__GOAL OF THE EXERCISE__: The answer should consist solely of the lines from the first one below through the line containing "v 93.013 26.566 38.1", copied exactly.

__DATA LISTING__:
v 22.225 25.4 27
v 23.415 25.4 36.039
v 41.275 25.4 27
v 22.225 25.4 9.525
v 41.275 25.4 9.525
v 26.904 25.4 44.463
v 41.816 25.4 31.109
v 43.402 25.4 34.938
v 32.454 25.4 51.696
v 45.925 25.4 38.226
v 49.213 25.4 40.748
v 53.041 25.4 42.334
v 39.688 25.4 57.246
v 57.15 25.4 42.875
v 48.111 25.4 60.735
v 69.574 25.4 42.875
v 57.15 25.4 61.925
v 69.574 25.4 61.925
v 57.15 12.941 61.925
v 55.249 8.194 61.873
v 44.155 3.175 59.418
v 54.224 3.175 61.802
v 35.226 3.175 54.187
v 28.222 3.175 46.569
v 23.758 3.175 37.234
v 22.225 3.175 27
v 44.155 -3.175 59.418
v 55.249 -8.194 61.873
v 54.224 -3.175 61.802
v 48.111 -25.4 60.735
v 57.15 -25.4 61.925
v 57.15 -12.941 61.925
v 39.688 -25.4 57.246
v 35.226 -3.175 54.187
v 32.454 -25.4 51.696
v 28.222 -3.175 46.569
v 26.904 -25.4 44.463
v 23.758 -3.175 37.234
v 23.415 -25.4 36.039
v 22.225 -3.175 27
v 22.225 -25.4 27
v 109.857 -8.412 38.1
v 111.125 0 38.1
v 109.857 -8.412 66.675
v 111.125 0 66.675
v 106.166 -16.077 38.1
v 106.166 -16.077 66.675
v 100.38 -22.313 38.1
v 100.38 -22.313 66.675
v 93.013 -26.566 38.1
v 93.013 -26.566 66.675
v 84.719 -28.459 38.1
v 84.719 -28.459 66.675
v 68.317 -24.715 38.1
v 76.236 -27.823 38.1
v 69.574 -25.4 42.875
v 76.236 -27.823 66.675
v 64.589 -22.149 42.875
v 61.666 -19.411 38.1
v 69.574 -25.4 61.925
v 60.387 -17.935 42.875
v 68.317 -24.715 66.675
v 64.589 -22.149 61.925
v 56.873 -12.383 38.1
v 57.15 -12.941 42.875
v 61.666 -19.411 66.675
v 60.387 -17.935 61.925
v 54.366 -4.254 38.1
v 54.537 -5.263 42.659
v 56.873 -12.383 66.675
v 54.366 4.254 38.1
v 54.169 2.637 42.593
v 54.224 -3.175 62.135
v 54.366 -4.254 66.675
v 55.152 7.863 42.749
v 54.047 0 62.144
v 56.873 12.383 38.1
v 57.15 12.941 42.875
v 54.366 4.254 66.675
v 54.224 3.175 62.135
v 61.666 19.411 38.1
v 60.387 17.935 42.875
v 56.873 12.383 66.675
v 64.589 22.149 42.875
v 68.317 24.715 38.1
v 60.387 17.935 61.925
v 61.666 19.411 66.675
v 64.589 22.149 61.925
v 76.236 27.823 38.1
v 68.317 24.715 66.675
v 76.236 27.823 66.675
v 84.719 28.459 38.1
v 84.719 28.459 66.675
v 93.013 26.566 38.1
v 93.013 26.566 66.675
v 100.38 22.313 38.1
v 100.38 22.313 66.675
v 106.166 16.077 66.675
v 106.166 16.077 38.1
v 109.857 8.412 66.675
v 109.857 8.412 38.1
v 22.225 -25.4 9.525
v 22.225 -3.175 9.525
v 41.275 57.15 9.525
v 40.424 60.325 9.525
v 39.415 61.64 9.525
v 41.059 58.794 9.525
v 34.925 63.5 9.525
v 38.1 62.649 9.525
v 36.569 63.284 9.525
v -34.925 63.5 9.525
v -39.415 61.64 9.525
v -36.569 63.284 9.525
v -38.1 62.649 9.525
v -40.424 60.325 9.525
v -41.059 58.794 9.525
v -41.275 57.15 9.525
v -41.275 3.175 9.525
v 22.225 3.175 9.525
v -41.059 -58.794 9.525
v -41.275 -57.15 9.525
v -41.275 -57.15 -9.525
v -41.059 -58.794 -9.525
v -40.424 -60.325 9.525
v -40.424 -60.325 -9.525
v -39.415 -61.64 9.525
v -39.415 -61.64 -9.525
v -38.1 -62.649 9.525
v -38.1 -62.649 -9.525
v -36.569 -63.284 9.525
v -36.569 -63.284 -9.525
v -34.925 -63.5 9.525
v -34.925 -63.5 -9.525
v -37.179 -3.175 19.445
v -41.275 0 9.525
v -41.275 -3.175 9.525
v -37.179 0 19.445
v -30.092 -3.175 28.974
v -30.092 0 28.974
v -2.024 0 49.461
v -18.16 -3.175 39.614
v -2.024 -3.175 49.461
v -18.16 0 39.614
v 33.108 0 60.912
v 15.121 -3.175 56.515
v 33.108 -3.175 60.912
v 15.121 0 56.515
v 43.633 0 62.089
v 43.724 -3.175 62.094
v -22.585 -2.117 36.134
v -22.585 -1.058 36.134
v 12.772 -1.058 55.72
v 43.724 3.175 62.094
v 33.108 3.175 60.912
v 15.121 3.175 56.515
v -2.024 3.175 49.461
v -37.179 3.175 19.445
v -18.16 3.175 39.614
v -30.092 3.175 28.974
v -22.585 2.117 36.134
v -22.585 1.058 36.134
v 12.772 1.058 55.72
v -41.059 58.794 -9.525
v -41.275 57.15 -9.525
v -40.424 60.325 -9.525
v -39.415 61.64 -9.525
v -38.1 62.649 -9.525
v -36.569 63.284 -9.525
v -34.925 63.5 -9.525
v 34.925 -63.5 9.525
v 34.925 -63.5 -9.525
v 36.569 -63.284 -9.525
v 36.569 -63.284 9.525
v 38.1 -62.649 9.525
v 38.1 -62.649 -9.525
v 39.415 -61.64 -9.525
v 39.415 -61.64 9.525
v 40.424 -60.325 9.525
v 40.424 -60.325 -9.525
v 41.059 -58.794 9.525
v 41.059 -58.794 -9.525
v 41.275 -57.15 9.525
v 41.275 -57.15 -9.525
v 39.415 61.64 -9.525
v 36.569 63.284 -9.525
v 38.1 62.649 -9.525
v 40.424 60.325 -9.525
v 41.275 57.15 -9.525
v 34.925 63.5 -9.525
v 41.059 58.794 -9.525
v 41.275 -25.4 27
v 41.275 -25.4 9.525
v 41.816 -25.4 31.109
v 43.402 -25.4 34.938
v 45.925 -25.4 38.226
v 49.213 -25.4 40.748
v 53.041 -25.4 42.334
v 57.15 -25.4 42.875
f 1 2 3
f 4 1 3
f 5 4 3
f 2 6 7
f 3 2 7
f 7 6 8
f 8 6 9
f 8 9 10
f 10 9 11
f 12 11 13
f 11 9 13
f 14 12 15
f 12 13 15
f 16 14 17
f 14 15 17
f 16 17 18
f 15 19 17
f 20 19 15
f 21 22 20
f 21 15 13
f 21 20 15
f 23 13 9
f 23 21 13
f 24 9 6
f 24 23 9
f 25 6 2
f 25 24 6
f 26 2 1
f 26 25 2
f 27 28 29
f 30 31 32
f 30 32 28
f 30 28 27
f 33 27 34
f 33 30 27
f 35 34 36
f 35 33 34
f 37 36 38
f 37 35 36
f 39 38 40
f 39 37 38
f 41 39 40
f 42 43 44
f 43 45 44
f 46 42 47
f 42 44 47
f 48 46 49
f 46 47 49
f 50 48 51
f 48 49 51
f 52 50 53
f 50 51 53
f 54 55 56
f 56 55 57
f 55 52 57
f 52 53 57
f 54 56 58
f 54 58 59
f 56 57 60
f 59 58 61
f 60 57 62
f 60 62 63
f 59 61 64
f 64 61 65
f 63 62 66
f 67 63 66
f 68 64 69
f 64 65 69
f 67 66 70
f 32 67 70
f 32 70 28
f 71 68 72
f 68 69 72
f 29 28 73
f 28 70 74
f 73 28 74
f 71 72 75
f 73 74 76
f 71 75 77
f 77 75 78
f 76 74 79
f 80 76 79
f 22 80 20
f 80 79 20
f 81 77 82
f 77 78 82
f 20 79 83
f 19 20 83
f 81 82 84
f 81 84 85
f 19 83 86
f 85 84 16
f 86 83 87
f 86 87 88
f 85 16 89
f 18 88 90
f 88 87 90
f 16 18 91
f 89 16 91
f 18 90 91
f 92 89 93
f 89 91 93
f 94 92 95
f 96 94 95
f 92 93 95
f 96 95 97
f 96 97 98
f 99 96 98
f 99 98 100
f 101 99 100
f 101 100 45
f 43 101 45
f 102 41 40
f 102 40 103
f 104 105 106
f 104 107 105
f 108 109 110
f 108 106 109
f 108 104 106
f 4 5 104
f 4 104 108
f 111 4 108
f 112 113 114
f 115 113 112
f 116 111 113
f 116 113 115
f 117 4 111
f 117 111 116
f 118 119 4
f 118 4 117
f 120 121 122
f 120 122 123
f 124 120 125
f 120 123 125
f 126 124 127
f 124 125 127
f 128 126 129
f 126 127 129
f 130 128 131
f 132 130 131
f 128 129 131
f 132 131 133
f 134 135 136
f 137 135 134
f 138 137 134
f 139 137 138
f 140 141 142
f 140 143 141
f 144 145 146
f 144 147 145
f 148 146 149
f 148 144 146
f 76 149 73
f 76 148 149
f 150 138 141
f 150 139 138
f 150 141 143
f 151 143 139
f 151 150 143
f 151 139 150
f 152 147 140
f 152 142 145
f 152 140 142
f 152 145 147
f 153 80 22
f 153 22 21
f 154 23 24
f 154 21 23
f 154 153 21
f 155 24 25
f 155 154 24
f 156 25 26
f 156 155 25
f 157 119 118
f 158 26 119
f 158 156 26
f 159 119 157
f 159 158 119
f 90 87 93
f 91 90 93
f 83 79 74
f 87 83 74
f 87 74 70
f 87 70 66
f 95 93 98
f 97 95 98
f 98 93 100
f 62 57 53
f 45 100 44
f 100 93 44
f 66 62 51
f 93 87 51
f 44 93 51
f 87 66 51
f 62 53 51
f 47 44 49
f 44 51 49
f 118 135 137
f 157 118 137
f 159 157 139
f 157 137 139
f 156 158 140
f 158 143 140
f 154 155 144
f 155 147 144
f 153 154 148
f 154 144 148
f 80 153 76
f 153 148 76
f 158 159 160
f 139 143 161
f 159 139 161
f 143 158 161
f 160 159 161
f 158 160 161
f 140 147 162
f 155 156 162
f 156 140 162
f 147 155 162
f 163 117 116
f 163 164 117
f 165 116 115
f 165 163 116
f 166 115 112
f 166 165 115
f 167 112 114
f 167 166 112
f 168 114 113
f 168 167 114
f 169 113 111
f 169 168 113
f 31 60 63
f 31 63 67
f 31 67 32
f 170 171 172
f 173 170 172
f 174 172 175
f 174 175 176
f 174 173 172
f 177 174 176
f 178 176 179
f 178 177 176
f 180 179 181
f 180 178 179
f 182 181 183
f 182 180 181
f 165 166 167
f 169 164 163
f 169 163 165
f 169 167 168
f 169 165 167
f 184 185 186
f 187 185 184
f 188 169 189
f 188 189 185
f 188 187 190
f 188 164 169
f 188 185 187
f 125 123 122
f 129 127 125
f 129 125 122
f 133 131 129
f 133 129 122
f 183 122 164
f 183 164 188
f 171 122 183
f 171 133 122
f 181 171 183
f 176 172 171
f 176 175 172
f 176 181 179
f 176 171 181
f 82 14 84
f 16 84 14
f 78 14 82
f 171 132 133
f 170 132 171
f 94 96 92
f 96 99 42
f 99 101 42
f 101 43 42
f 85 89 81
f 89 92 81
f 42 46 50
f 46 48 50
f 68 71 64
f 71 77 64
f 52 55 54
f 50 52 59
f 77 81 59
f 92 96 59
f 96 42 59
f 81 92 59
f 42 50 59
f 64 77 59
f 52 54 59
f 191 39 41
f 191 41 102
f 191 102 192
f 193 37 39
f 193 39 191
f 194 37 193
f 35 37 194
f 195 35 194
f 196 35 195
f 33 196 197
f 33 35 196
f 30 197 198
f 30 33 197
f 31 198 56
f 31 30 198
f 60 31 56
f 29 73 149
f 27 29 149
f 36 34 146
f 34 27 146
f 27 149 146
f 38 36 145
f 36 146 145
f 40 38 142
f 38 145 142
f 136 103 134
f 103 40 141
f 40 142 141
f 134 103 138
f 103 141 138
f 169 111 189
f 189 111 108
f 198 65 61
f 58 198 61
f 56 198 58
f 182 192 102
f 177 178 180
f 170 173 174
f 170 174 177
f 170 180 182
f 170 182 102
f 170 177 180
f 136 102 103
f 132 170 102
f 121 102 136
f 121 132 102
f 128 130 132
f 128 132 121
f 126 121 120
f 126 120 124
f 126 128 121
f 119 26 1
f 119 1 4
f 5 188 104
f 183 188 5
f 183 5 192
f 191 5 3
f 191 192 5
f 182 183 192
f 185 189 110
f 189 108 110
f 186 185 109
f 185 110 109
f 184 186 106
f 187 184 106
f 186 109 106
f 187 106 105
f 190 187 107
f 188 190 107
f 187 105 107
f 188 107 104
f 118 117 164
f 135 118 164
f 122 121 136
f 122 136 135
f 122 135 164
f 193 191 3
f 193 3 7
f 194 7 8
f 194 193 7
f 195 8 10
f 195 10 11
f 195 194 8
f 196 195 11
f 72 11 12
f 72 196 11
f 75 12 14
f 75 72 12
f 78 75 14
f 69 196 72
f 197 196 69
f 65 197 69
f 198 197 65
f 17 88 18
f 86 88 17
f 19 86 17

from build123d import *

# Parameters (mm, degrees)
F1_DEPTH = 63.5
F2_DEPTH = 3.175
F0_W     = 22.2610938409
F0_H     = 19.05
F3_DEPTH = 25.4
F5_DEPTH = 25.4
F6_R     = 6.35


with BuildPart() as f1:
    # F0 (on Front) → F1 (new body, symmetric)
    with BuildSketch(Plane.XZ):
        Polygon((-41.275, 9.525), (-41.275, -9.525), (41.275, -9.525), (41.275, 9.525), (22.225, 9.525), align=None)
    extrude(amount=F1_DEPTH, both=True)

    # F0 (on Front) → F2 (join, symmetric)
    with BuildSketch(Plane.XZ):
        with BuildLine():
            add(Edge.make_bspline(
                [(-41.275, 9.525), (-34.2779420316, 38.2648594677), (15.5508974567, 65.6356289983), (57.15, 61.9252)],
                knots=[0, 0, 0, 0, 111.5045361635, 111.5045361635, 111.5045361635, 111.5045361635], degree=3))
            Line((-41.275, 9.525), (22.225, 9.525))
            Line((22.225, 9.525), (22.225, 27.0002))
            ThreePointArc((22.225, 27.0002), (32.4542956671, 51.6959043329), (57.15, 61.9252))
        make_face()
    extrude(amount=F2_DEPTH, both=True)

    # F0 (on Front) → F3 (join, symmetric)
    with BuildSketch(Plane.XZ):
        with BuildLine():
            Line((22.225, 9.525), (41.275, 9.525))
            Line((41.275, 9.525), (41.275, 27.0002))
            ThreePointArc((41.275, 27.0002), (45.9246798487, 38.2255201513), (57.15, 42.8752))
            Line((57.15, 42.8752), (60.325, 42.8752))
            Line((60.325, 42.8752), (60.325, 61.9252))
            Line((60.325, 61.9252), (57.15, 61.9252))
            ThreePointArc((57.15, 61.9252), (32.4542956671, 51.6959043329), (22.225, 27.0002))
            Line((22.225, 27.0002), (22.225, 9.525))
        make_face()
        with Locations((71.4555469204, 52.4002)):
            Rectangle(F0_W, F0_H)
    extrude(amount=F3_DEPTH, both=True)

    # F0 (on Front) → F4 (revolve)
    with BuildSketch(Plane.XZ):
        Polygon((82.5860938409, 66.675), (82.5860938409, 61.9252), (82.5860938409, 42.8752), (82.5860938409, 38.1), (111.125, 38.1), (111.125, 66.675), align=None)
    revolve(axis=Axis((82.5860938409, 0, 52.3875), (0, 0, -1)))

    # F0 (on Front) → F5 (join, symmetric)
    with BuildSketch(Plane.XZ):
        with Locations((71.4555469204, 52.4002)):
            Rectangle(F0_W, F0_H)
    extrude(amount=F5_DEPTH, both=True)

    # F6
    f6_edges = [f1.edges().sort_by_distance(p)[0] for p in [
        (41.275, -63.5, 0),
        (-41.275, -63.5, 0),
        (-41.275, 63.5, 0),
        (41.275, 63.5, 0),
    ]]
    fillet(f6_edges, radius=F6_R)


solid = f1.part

__ANSWER TO THE PROBLEM__:
v 22.225 25.4 27
v 23.415 25.4 36.039
v 41.275 25.4 27
v 22.225 25.4 9.525
v 41.275 25.4 9.525
v 26.904 25.4 44.463
v 41.816 25.4 31.109
v 43.402 25.4 34.938
v 32.454 25.4 51.696
v 45.925 25.4 38.226
v 49.213 25.4 40.748
v 53.041 25.4 42.334
v 39.688 25.4 57.246
v 57.15 25.4 42.875
v 48.111 25.4 60.735
v 69.574 25.4 42.875
v 57.15 25.4 61.925
v 69.574 25.4 61.925
v 57.15 12.941 61.925
v 55.249 8.194 61.873
v 44.155 3.175 59.418
v 54.224 3.175 61.802
v 35.226 3.175 54.187
v 28.222 3.175 46.569
v 23.758 3.175 37.234
v 22.225 3.175 27
v 44.155 -3.175 59.418
v 55.249 -8.194 61.873
v 54.224 -3.175 61.802
v 48.111 -25.4 60.735
v 57.15 -25.4 61.925
v 57.15 -12.941 61.925
v 39.688 -25.4 57.246
v 35.226 -3.175 54.187
v 32.454 -25.4 51.696
v 28.222 -3.175 46.569
v 26.904 -25.4 44.463
v 23.758 -3.175 37.234
v 23.415 -25.4 36.039
v 22.225 -3.175 27
v 22.225 -25.4 27
v 109.857 -8.412 38.1
v 111.125 0 38.1
v 109.857 -8.412 66.675
v 111.125 0 66.675
v 106.166 -16.077 38.1
v 106.166 -16.077 66.675
v 100.38 -22.313 38.1
v 100.38 -22.313 66.675
v 93.013 -26.566 38.1
v 93.013 -26.566 66.675
v 84.719 -28.459 38.1
v 84.719 -28.459 66.675
v 68.317 -24.715 38.1
v 76.236 -27.823 38.1
v 69.574 -25.4 42.875
v 76.236 -27.823 66.675
v 64.589 -22.149 42.875
v 61.666 -19.411 38.1
v 69.574 -25.4 61.925
v 60.387 -17.935 42.875
v 68.317 -24.715 66.675
v 64.589 -22.149 61.925
v 56.873 -12.383 38.1
v 57.15 -12.941 42.875
v 61.666 -19.411 66.675
v 60.387 -17.935 61.925
v 54.366 -4.254 38.1
v 54.537 -5.263 42.659
v 56.873 -12.383 66.675
v 54.366 4.254 38.1
v 54.169 2.637 42.593
v 54.224 -3.175 62.135
v 54.366 -4.254 66.675
v 55.152 7.863 42.749
v 54.047 0 62.144
v 56.873 12.383 38.1
v 57.15 12.941 42.875
v 54.366 4.254 66.675
v 54.224 3.175 62.135
v 61.666 19.411 38.1
v 60.387 17.935 42.875
v 56.873 12.383 66.675
v 64.589 22.149 42.875
v 68.317 24.715 38.1
v 60.387 17.935 61.925
v 61.666 19.411 66.675
v 64.589 22.149 61.925
v 76.236 27.823 38.1
v 68.317 24.715 66.675
v 76.236 27.823 66.675
v 84.719 28.459 38.1
v 84.719 28.459 66.675
v 93.013 26.566 38.1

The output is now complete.